In this lesson on Natural Language Processing (NLP), we explored several key themes and techniques essential for text analysis and processing. - We began with an overview of Recurrent Neural Network (RNN) architecture, highlighting its ability to process sequential data by maintaining a hidden state that captures information from previous time steps. This was exemplified through an RNN model application, demonstrating its utility in various text-based tasks.
- We delved into sentiment analysis, a popular NLP task where RNNs can be effectively used to determine the sentiment expressed in a text. This example illustrated the abilities of RNNs in understanding context and nuances in human language, enabling applications such as customer feedback analysis and social media monitoring.
- We touched ELMo (Embeddings from Language Models) theme, a significant advancement in generating contextualized word embeddings. ELMo improves upon traditional embeddings by capturing the meaning of words in different contexts, thus enhancing the performance of NLP models on tasks like named entity recognition and sentiment analysis.
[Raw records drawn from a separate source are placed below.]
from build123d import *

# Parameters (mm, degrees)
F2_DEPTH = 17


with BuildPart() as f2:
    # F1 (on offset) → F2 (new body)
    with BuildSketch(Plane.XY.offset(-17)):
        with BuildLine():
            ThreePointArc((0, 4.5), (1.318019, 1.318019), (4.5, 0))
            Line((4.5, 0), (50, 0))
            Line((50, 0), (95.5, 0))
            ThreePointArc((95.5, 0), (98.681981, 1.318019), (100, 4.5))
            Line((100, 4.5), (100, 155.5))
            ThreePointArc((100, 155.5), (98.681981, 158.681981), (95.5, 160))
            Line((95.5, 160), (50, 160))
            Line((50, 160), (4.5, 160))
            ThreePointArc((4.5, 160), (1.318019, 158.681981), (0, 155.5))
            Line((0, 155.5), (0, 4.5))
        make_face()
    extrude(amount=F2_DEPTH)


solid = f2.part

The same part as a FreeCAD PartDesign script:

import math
import FreeCAD as App
import Part
import Sketcher

V = App.Vector

doc = App.newDocument("Part")
body = doc.addObject("PartDesign::Body", "Body")

sketch1 = body.newObject("Sketcher::SketchObject", "Sketch")
sketch1.AttachmentSupport = (doc.getObject("XY_Plane"), [""])
sketch1.MapMode = "FlatFace"
sketch1.AttachmentOffset = App.Placement(V(0, 0, -17), App.Rotation())
sketch1.addGeometry([
    Part.ArcOfCircle(Part.Circle(V(4.5, 4.5, 0), V(0, 0, 1), 4.5), math.radians(180), math.radians(270)),
    Part.LineSegment(V(4.5, 0, 0), V(95.5, 0, 0)),
    Part.ArcOfCircle(Part.Circle(V(95.5, 4.5, 0), V(0, 0, 1), 4.5), math.radians(-90), math.radians(0)),
    Part.LineSegment(V(100, 4.5, 0), V(100, 155.5, 0)),
    Part.ArcOfCircle(Part.Circle(V(95.5, 155.5, 0), V(0, 0, 1), 4.5), math.radians(0), math.radians(90)),
    Part.LineSegment(V(95.5, 160, 0), V(4.5, 160, 0)),
    Part.ArcOfCircle(Part.Circle(V(4.5, 155.5, 0), V(0, 0, 1), 4.5), math.radians(90), math.radians(180)),
    Part.LineSegment(V(0, 155.5, 0), V(0, 4.5, 0)),
], False)
sketch1.addConstraint([
    Sketcher.Constraint("Tangent", 0, 2, 1, 1),
    Sketcher.Constraint("Tangent", 1, 2, 2, 1),
    Sketcher.Constraint("Tangent", 2, 2, 3, 1),
    Sketcher.Constraint("Tangent", 3, 2, 4, 1),
    Sketcher.Constraint("Tangent", 4, 2, 5, 1),
    Sketcher.Constraint("Tangent", 5, 2, 6, 1),
    Sketcher.Constraint("Tangent", 6, 2, 7, 1),
    Sketcher.Constraint("Tangent", 7, 2, 0, 1),
    Sketcher.Constraint("Horizontal", 1),
    Sketcher.Constraint("Vertical", 3),
    Sketcher.Constraint("Horizontal", 5),
    Sketcher.Constraint("Vertical", 7),
    Sketcher.Constraint("Equal", 0, 2),
    Sketcher.Constraint("Equal", 2, 4),
    Sketcher.Constraint("Equal", 4, 6),
    Sketcher.Constraint("PointOnObject", 0, 2, -1),
    Sketcher.Constraint("PointOnObject", 6, 2, -2),
    Sketcher.Constraint("Radius", 0, 4.499998),
    Sketcher.Constraint("DistanceX", 1, 1, 1, 2, 91.0),
    Sketcher.Constraint("DistanceY", 3, 1, 3, 2, 151.0),
])
pad1 = body.newObject("PartDesign::Pad", "Pad")
pad1.Profile = sketch1
pad1.Length = 17

doc.recompute()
- To reinforce the versatility of RNNs, you were given a Task involving text classification. Here, an RNN model was trained to classify text descriptions into predefined categories such as "Company," "Artist," and "Natural Place," showcasing how RNNs can be applied to various domains and text classification tasks.

Overall, the lesson highlighted the importance of RNNs and advanced embedding techniques like ELMo in modern NLP, providing a robust foundation for building sophisticated models capable of understanding and processing human language effectively.